Ägyptens gestürzter Präsident Mohammed Mursi muss sich ab dem 4. November wegen Anstiftung zum Mord an Demonstranten vor Gericht verantworten. Das berichtete die amtliche Nachrichtenagentur Mena heute. Der zur islamistischen Bewegung der Muslimbrüder gehörende Mursi war Anfang Juli nach tagelangen Unruhen durch das Militär gestürzt worden. Mursi wird zusammen mit 14 Muslimbrüdern der Prozess gemacht. Sie sind wegen des gewaltsamen Todes mehrerer Demonstranten bei Protesten vor dem Präsidentenpalast im Dezember 2012 angeklagt.

Mursi war Anfang Juli 2013 nach nur einem Jahr im Amt durch das Militär abgesetzt worden. Er wird seit seiner Entmachtung an einem geheimen Ort festgehalten. Später wurde er auch offiziell wegen Ermittlungen zu den Umständen seiner Gefängnisflucht Anfang 2011 in Untersuchungshaft genommen.
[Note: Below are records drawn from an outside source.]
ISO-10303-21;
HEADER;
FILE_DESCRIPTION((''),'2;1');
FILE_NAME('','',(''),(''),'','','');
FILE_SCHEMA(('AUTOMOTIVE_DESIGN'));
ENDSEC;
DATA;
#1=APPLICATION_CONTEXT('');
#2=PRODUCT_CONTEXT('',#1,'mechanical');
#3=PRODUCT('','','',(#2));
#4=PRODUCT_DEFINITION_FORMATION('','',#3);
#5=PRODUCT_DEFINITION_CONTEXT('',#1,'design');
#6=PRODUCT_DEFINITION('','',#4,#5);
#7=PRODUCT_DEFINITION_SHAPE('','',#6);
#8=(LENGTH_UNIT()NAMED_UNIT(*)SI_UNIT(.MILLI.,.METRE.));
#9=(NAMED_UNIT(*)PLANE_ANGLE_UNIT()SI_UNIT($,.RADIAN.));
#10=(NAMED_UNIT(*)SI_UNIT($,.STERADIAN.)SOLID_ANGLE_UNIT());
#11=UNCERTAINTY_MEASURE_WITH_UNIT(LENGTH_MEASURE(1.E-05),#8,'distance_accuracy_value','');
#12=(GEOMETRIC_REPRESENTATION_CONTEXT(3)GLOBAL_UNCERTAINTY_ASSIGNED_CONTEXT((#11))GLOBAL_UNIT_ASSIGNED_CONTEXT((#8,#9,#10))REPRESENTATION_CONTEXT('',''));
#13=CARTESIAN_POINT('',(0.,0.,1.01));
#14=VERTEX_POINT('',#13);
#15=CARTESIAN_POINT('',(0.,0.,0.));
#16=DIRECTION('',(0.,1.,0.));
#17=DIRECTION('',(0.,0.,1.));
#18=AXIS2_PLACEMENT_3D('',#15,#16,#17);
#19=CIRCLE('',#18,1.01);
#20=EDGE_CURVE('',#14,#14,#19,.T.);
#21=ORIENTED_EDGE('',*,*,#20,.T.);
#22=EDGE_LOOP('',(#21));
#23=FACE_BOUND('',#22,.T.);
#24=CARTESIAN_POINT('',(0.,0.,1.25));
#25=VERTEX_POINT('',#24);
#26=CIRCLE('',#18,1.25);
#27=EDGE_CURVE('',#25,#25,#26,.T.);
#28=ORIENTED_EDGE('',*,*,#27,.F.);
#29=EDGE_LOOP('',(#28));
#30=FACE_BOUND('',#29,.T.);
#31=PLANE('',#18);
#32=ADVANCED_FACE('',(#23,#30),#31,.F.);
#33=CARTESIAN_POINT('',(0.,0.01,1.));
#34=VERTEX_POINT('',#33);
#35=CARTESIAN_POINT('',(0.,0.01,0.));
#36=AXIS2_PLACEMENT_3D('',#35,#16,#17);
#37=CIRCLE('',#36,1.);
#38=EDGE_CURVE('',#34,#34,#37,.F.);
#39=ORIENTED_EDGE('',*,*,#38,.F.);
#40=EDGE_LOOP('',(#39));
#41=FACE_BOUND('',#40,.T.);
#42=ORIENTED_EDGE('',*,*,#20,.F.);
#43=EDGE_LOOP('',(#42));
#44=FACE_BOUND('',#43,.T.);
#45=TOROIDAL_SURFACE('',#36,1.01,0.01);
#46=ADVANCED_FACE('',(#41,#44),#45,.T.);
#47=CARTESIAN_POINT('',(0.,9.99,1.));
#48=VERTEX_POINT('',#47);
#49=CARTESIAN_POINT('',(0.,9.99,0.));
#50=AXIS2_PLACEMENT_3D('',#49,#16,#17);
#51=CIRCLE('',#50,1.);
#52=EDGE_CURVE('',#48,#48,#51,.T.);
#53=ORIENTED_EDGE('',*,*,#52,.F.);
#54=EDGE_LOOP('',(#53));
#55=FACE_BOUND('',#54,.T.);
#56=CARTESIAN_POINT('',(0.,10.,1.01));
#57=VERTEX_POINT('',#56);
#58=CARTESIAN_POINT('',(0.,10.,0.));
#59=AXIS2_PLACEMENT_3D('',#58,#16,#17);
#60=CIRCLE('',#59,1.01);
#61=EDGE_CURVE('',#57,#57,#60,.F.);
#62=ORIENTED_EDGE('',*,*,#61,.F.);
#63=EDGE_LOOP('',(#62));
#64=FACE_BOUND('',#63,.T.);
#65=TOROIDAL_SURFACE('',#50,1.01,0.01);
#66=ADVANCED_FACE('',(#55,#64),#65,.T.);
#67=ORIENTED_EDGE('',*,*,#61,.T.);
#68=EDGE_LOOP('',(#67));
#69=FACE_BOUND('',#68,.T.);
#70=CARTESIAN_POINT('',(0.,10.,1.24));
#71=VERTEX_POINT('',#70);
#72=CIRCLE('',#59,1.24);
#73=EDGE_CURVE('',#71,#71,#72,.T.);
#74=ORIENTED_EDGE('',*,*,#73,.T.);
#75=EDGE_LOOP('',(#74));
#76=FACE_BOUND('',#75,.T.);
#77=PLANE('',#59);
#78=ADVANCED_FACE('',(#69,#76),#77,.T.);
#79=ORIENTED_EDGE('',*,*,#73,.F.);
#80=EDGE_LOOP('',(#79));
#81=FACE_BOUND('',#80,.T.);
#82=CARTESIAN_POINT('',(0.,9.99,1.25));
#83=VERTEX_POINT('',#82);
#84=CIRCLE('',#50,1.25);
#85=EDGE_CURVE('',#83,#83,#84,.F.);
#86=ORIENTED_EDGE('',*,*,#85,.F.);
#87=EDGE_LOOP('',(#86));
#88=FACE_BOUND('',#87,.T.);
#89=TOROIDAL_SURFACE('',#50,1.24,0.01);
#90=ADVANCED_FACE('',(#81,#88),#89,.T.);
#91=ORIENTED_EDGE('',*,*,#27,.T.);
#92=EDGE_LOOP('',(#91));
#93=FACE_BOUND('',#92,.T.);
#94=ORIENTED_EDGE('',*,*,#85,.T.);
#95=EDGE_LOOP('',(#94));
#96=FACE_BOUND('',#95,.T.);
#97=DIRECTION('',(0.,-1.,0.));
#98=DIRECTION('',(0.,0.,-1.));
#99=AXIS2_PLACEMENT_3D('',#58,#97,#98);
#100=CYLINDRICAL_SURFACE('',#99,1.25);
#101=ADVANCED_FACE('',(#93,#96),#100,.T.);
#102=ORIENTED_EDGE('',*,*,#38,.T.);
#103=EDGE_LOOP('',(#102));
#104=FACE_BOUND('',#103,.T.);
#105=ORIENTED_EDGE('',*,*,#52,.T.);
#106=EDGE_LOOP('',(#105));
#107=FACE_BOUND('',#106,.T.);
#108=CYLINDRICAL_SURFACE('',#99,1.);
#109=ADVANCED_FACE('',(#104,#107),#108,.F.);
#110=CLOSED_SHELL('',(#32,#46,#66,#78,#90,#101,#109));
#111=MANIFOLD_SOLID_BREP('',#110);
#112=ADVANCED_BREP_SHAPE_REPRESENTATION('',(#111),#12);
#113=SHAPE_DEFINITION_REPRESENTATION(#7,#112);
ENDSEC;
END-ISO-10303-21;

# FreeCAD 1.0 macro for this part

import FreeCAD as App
import Part
import Sketcher
from FreeCAD import Vector


def edges_at(feature, points):
    """Names of the edges that pass closest to the given points."""
    edges = feature.Shape.Edges
    near = lambda p: min(range(len(edges)), key=lambda i: edges[i].distToShape(Part.Vertex(*p))[0])
    return sorted({f"Edge{near(p) + 1}" for p in points})

doc = App.newDocument("Part")
body = doc.addObject("PartDesign::Body", "Body")

# Sketch on XZ plane
sketch1 = doc.addObject("Sketcher::SketchObject", "Sketch")
body.addObject(sketch1)
sketch1.AttachmentSupport = (doc.XZ_Plane, [""])
sketch1.MapMode = "FlatFace"
sketch1.addGeometry([
    Part.Circle(Vector(0, 0, 0), Vector(0, 0, 1), 1.2),
    Part.Circle(Vector(0, 0, 0), Vector(0, 0, 1), 1),
], False)
sketch1.addConstraint([
    Sketcher.Constraint("Coincident", 0, 3, -1, 1),
    Sketcher.Constraint("Coincident", 1, 3, -1, 1),
    Sketcher.Constraint("Diameter", 1, 2.0),
    Sketcher.Constraint("Diameter", 0, 2.5),
])
pad1 = doc.addObject("PartDesign::Pad", "Pad")
body.addObject(pad1)
pad1.Profile = sketch1
pad1.Length = 10
pad1.Reversed = True
doc.recompute()

fillet = doc.addObject("PartDesign::Fillet", "Fillet")
body.addObject(fillet)
fillet.Base = (pad1, edges_at(pad1, [(-1.25, 10, 0), (-1, 0, 0), (-1, 10, 0)]))
fillet.Radius = 0.01

doc.recompute()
USA wollen Militärhilfen für Ägypten kürzen

Die US-Regierung plant offenbar eine Kürzung ihrer Militärhilfen für Ägypten. Anti-Terror-Einsätze sollen davon ausgenommen sein. Die USA wollten «einen wesentlichen Teil der nicht wesentlichen Militärhilfe» streichen, berichtete die «Washington Post» .
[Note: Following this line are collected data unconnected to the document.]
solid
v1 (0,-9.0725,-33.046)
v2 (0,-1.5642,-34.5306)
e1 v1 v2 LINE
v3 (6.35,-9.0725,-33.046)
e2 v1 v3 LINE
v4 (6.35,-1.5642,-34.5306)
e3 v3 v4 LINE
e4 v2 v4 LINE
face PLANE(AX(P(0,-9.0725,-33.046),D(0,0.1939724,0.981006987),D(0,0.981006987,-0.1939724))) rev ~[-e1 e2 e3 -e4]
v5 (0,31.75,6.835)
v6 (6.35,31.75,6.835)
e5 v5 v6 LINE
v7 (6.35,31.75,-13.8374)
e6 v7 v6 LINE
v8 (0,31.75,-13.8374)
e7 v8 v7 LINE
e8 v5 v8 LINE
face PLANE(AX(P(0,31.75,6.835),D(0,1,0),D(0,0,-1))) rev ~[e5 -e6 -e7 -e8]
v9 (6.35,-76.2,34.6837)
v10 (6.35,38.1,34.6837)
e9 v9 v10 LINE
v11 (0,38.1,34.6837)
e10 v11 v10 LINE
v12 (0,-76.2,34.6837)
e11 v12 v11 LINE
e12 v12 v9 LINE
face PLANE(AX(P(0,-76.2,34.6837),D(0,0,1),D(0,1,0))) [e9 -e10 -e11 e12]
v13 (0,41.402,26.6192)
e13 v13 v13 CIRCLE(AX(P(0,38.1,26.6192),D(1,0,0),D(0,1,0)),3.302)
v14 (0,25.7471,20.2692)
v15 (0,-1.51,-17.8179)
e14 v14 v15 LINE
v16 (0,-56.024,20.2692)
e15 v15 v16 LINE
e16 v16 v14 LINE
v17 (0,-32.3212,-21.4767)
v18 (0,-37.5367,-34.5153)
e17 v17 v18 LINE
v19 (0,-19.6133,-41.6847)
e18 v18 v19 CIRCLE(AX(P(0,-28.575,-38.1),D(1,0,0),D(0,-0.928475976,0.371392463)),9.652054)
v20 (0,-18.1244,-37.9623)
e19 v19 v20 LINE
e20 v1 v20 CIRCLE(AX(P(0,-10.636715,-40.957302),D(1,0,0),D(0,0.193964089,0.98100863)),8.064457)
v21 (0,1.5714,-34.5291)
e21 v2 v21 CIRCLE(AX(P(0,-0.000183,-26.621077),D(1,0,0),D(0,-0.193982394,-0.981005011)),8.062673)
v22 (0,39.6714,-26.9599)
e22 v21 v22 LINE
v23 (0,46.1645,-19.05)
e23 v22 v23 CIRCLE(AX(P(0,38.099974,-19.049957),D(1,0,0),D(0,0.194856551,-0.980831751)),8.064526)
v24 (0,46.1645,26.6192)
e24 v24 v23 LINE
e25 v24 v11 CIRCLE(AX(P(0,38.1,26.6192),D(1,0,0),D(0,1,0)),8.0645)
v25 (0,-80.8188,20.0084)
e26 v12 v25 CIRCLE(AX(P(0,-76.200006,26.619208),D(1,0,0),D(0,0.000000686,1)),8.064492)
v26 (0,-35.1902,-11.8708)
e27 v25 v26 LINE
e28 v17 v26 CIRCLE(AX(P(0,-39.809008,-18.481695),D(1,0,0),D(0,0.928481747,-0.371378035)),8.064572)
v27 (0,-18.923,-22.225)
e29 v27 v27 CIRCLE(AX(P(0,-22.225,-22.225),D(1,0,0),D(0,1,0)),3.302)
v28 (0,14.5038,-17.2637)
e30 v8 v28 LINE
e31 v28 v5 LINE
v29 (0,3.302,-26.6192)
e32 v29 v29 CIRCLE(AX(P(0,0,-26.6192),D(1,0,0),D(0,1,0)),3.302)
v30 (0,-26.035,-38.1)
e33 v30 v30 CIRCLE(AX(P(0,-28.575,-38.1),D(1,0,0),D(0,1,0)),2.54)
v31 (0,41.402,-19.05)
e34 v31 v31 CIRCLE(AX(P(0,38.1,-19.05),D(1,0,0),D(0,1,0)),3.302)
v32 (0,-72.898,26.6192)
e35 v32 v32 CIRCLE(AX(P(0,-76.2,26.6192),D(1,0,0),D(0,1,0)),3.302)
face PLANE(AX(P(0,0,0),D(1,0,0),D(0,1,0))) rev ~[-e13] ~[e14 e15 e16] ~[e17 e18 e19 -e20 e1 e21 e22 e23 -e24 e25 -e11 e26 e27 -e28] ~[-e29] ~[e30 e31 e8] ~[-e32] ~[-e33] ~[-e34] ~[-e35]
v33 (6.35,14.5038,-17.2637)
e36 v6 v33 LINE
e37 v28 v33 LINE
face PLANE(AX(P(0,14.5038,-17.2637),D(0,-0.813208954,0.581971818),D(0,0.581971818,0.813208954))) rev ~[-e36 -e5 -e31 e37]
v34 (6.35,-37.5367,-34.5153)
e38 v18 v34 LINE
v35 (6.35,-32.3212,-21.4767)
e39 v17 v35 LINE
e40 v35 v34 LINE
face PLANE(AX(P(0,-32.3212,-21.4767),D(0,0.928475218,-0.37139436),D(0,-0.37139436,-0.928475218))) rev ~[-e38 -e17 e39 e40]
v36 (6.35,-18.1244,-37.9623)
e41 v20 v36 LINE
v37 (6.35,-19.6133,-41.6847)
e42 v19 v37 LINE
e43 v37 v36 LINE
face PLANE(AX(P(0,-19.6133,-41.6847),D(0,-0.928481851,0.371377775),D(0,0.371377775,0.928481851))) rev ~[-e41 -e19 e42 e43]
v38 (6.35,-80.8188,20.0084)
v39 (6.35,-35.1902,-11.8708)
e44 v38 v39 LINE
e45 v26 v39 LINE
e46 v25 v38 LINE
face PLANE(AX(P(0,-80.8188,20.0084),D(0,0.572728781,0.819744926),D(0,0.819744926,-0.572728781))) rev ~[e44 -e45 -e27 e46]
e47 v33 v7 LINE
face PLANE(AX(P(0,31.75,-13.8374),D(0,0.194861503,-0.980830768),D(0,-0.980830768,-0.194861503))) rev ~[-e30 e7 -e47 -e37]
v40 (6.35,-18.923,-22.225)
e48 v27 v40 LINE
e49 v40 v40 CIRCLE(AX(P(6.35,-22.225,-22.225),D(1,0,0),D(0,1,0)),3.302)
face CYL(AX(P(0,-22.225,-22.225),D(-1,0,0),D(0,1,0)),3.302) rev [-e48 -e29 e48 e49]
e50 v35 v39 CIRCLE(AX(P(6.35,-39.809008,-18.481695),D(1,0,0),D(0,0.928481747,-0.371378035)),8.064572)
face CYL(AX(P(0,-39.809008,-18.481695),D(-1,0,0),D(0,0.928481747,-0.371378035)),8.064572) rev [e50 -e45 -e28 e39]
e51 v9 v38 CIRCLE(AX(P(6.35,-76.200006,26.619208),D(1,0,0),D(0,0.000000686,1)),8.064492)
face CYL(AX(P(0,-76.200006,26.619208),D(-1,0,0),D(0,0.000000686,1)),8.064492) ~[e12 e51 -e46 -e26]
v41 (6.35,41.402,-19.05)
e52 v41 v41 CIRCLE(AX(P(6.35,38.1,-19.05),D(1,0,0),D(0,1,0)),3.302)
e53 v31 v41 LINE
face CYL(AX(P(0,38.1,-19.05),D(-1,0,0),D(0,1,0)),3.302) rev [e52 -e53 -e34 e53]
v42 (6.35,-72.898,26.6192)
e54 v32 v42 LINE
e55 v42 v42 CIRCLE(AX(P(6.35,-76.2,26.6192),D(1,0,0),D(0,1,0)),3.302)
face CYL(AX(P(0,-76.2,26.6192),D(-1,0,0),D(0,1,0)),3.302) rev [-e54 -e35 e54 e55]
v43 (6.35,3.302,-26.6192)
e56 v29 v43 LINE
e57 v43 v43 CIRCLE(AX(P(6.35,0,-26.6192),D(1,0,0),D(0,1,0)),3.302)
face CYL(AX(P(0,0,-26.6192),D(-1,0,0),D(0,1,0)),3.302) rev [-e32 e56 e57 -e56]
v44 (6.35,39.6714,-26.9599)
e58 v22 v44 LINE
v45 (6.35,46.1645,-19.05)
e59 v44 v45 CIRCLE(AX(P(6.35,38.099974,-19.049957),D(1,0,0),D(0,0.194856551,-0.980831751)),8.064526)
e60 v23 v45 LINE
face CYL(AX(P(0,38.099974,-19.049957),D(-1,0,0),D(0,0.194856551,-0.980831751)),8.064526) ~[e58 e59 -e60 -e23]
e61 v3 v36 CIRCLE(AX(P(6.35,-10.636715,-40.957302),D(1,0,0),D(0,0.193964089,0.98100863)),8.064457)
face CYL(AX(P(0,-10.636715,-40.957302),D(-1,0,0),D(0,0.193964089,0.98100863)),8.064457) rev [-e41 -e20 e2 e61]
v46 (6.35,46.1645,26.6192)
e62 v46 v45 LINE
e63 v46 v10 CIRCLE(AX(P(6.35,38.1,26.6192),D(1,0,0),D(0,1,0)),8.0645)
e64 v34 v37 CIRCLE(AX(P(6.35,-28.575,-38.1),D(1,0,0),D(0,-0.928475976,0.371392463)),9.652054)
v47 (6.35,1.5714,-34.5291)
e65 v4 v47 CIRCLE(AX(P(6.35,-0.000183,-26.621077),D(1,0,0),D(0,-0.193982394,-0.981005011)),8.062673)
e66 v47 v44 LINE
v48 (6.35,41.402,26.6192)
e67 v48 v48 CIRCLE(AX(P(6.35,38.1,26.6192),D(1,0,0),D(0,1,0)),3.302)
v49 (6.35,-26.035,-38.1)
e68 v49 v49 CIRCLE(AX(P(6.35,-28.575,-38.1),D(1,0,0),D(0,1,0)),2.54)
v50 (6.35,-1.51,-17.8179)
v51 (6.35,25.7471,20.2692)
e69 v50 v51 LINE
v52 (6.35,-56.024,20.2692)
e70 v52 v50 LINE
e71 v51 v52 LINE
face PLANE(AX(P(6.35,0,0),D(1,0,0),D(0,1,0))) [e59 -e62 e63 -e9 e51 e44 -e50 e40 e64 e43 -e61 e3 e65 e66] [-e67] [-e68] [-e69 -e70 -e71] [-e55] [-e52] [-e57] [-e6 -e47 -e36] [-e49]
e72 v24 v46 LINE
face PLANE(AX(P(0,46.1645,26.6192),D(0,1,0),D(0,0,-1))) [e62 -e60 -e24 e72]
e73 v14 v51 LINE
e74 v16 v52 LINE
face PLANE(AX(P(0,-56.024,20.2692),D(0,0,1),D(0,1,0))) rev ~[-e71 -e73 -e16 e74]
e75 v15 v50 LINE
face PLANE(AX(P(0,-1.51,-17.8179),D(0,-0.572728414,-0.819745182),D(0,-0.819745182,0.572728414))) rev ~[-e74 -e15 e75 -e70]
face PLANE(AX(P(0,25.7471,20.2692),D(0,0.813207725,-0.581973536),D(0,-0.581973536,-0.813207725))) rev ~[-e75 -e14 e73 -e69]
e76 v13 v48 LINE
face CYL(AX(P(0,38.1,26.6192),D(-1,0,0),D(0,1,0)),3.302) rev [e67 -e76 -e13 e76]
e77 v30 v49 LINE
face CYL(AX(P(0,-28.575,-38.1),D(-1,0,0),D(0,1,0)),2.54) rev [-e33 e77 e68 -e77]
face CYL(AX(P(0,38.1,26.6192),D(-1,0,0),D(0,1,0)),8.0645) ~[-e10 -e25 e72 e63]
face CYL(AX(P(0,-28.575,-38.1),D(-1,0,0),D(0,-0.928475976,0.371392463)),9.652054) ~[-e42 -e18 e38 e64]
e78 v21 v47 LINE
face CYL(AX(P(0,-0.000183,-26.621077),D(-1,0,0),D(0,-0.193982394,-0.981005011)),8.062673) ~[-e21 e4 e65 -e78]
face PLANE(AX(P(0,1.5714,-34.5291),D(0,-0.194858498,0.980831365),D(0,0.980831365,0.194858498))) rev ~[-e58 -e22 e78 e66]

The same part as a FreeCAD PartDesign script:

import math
import FreeCAD as App
import Part
import Sketcher

V = App.Vector
Q = App.Units.Quantity


def add_polygon(sketch, points):
    """Adds a closed chain of lines whose ends are joined by coincident constraints."""
    first, n = sketch.GeometryCount, len(points)
    for a, b in zip(points, points[1:] + points[:1]):
        sketch.addGeometry(Part.LineSegment(App.Vector(*a, 0), App.Vector(*b, 0)), False)
    for i in range(n):
        sketch.addConstraint(Sketcher.Constraint("Coincident", first + i, 2, first + (i + 1) % n, 1))

doc = App.newDocument("Part")
params = doc.addObject("Spreadsheet::Sheet", "Params")
for row, (alias, value) in enumerate([
    ("sketch1_diameter", "0.2 in"),
    ("sketch1_diameter2", "0.26 in"),
    ("sketch1_radius", "0.38 in"),
    ("sketch1_height", "1.798 in"),
    ("pad1_length", "0.25 in"),
], start=1):
    params.set(f"A{row}", alias)
    params.set(f"B{row}", "=" + value)
    params.setAlias(f"B{row}", alias)

body = doc.addObject("PartDesign::Body", "Body")

sketch1 = body.newObject("Sketcher::SketchObject", "Sketch")
sketch1.AttachmentSupport = (doc.getObject("YZ_Plane"), [""])
sketch1.MapMode = "FlatFace"
sketch1.addGeometry([
    Part.LineSegment(V(46.2, -19.1, 0), V(46.2, 26.6, 0)),
    Part.ArcOfCircle(Part.Circle(V(38.1, 26.6, 0), V(0, 0, 1), 8.1), math.radians(0), math.radians(90)),
    Part.LineSegment(V(38.1, 34.7, 0), V(-76.2, 34.7, 0)),
    Part.ArcOfCircle(Part.Circle(V(-76.2, 26.6, 0), V(0, 0, 1), 8.1), math.radians(90), math.radians(235)),
    Part.LineSegment(V(-80.8, 20, 0), V(-35.2, -11.9, 0)),
    Part.ArcOfCircle(Part.Circle(V(-39.8, -18.5, 0), V(0, 0, 1), 8.1), math.radians(-22), math.radians(55)),
    Part.LineSegment(V(-32.3, -21.5, 0), V(-37.5, -34.5, 0)),
    Part.ArcOfCircle(Part.Circle(V(-28.6, -38.1, 0), V(0, 0, 1), 9.7), math.radians(158), math.radians(338)),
Der Entscheid drei Monate nach dem Sturz des ägyptischen Präsidenten Mohammed Mursi sei eine Folge der andauernden gewaltsamen Zusammenstösse in Ägypten, schrieb die «New York Times» am Dienstagabend (Ortszeit). Eine offizielle Ankündigung solle in den kommenden Tagen erfolgen, hiess es.

Betroffen sei vor allem die Lieferung von Militärgerät wie Kampfhelikoptern des Typs Apache. Washington werde aber weiterhin wichtige Ersatzteile für militärische Ausrüstung liefern. Auch die Unterstützung der Militäreinsätze auf der Halbinsel Sinai sowie Anti-Terror-Einsätze sei nicht betroffen. Kairo erhält von Washington Militärhilfen im Wert von etwa 1,2 Milliarden US-Dollar im Jahr.

Mehr als 1000 Tote

Die Muslimbruderschaft demonstriert seit dem Sturz Mursis für seine Wiedereinsetzung. Die ägyptischen Behörden gingen unnachgiebig gegen die Islamisten vor. Die Lage eskalierte am 14. August, als Sicherheitskräfte zwei Protestlager in Kairo gewaltsam räumten. Insgesamt wurden mehr als tausend Menschen getötet. Rund 2000 Muslimbrüder wurden festgenommen, darunter auch ein Grossteil ihrer Führungsriege.

Ende September wurden alle Aktivitäten der Organisation verboten. Zudem wurde die Beschlagnahme ihrer Besitztümer verfügt. Am Dienstag entzogen die Behörden ihrem zivilgesellschaftlichen Ableger den Status als anerkannte Nichtregierungsorganisation ab.